15 minutes to several hours

Web60

1Health check detects anomaly
2Node removed from pool
3Traffic reroutes automatically

Under 5 seconds. Fully automatic.

The system continuously monitors every component in the stack. Health checks run multiple times per second, testing not just whether a server is powered on, but whether it's actually capable of serving requests correctly. A server that's running but returning errors is treated the same as one that's offline — traffic is moved away from it immediately.

With automatic failover, recovery happens before anyone even notices there was a problem. It works at 3am on Christmas Day exactly the same as it works at midday on a Tuesday.

What this gives you

No human bottleneck

Recovery doesn't depend on an engineer being available, awake, or fast enough. The system handles it autonomously.

Seconds, not hours

Failover completes in single-digit seconds. Your visitors experience a brief pause at most — not an error page or extended downtime.

Works at 3am on Christmas Day

Automated systems don't take holidays. The same instant failover happens at peak hours, weekends, bank holidays, and overnight.

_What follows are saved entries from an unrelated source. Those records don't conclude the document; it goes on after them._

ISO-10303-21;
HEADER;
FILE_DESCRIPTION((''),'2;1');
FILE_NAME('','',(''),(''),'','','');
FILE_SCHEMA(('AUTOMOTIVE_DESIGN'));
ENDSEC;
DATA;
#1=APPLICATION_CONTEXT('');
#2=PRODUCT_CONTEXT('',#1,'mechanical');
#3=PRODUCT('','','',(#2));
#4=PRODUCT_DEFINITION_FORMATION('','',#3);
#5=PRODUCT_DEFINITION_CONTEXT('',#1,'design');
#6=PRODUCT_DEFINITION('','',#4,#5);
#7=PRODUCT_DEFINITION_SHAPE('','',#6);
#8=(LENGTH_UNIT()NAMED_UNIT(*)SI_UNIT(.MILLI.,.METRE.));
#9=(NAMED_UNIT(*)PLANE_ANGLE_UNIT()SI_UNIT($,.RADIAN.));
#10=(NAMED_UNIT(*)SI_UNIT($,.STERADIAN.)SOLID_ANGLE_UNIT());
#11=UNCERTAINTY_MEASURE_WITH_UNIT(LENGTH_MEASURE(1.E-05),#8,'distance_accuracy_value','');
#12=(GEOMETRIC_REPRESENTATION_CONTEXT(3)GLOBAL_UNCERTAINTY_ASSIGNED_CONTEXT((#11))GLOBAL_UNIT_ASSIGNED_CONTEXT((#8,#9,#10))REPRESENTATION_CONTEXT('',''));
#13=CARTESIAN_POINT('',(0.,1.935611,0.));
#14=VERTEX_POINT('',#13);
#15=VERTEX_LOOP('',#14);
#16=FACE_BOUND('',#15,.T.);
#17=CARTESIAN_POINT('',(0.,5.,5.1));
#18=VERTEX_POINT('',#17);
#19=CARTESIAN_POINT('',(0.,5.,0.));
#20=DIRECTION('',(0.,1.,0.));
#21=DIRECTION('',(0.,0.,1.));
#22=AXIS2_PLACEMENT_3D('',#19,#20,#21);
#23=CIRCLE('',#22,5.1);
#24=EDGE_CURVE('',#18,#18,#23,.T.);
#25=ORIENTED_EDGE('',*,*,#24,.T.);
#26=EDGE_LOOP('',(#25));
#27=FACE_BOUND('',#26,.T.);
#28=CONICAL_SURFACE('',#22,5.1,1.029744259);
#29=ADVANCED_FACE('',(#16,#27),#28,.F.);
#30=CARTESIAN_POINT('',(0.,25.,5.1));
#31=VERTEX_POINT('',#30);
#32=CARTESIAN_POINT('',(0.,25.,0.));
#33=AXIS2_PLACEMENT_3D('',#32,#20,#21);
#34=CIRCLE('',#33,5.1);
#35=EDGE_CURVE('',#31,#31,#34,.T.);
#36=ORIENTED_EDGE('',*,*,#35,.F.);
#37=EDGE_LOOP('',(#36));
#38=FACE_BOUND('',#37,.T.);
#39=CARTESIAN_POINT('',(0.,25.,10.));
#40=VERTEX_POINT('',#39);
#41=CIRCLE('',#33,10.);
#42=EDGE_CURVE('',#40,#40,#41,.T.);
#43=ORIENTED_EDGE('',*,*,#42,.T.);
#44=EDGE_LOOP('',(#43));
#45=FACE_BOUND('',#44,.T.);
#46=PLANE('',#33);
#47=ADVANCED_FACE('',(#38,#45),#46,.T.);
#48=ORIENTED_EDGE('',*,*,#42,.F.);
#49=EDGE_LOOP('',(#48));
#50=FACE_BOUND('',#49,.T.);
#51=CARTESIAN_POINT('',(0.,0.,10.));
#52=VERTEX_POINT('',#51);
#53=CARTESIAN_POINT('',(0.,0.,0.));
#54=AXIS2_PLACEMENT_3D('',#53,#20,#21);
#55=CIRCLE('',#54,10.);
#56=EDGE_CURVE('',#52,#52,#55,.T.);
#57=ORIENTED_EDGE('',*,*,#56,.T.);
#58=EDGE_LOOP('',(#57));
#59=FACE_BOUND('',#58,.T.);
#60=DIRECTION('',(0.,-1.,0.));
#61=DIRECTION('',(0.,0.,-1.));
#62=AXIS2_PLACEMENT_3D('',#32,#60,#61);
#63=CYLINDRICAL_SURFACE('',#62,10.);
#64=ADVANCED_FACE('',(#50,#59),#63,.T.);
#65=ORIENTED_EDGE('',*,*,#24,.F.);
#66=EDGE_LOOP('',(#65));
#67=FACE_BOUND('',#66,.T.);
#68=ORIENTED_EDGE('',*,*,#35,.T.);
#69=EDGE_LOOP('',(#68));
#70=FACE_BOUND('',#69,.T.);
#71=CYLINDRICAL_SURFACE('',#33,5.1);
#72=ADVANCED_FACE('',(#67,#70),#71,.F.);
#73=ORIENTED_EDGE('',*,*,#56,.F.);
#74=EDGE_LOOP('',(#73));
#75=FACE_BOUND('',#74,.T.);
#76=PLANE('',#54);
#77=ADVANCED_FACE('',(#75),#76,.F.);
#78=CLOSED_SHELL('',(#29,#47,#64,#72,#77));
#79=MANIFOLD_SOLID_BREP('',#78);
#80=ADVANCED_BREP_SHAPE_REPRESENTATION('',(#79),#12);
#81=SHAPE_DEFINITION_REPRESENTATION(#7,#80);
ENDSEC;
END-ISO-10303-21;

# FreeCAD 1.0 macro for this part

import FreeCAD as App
import Part
import Sketcher
from FreeCAD import Vector
Q = App.Units.Quantity

doc = App.newDocument("Part")
body = doc.addObject("PartDesign::Body", "Body")

sketch1 = body.newObject("Sketcher::SketchObject", "Sketch")
sketch1.AttachmentSupport = (doc.getObject("XZ_Plane"), [""])
sketch1.MapMode = "FlatFace"
sketch1.addGeometry(Part.Circle(Vector(0, 0, 0), Vector(0, 0, 1), 10), False)
sketch1.addConstraint(Sketcher.Constraint("Coincident", 0, 3, -1, 1))
sketch1.addConstraint(Sketcher.Constraint("Diameter", 0, Q("20 mm")))
pad1 = body.newObject("PartDesign::Pad", "Pad")
pad1.Profile = sketch1
pad1.Length = 25
pad1.Reversed = True

sketch2 = body.newObject("Sketcher::SketchObject", "Sketch001")
sketch2.AttachmentSupport = (doc.getObject("XZ_Plane"), [""])
sketch2.MapMode = "FlatFace"
sketch2.AttachmentOffset = App.Placement(Vector(0, 0, -25), App.Rotation())
sketch2.addGeometry(Part.Circle(Vector(0, 0, 0), Vector(0, 0, 1), 5), False)
sketch2.addConstraint(Sketcher.Constraint("Coincident", 0, 3, -1, 1))
sketch2.addConstraint(Sketcher.Constraint("Diameter", 0, Q("10.2 mm")))
doc.recompute()
hole = body.newObject("PartDesign::Hole", "Hole")
hole.Profile = sketch2
hole.ThreadType = "None"
hole.Diameter = 10.2
hole.DepthType = "Dimension"
hole.Depth = 20
hole.DrillPoint = "Angled"
hole.DrillPointAngle = 118
hole.Reversed = True

doc.recompute()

Cascading failure protection

If a second component fails while the first is being recovered, the system continues rerouting. It doesn't wait for the first failure to resolve.

Zero SPOF

Zero single point of failure

Every layer of the infrastructure is redundant. No single component can take your site offline.

Architecture diagram showing redundancy at every layer: power, network, storage, compute, and load balancing

A single point of failure (SPOF) is any component whose failure would bring down the entire system. In many hosting environments, there are hidden single points of failure: a single database server, a single load balancer, a single network uplink, or even a single power feed. If any one of these fails, every site on the platform goes down.

Web60's infrastructure is designed from the ground up so that no single component is irreplaceable. Storage is triple-replicated. Compute capacity is distributed so that any server can be lost without exceeding capacity. Network connectivity uses multiple independent paths. Power is fed through redundant circuits with battery and generator backup.

This extends beyond hardware. Load balancing, SSL termination, DNS resolution, and database access all run across multiple instances. Even the monitoring system itself is distributed — a failure in monitoring doesn't leave the infrastructure unmonitored.

PowerDual feeds + UPS + Generator
NetworkMultiple independent paths
Storage3x replicated across nodes
ComputeN+1 server capacity
Load BalancingPrimary + secondary
MonitoringDistributed, self-monitoring

What this gives you

True high availability

Not marketing high-availability where "we'll fix it quickly" — actual architectural high availability where failures don't cause outages.

Maintenance without downtime

Any component can be taken offline for maintenance, firmware updates, or hardware replacement while the rest of the cluster continues serving traffic.

Resilience compounds

With triple replication and no single points of failure, multiple components must fail simultaneously to cause an outage. The probability of that is vanishingly small.

Confidence at every layer

From power to network to storage to compute — every layer has been designed with redundancy. There's no weak link in the chain.

How it all fits together

These four pillars aren't independent features bolted onto a standard hosting stack. They're integrated into a single architecture where each layer reinforces the others.

Storage + replication

NVMe drives provide the raw speed. Triple replication distributes that speed across three nodes, so reads are served from whichever responds fastest. You get both speed and safety.

Failover + redundancy

Automatic failover is only possible because there's always somewhere to fail over to. Three copies of every file and no single points of failure means healthy capacity is always available.

Zero SPOF = foundation

Eliminating single points of failure at every layer means automatic failover has multiple paths to choose from. True high availability requires redundancy everywhere.

The result: quiet reliability

You shouldn't have to think about your hosting. These four systems make hardware failures invisible, performance consistent, and your site simply there — every time.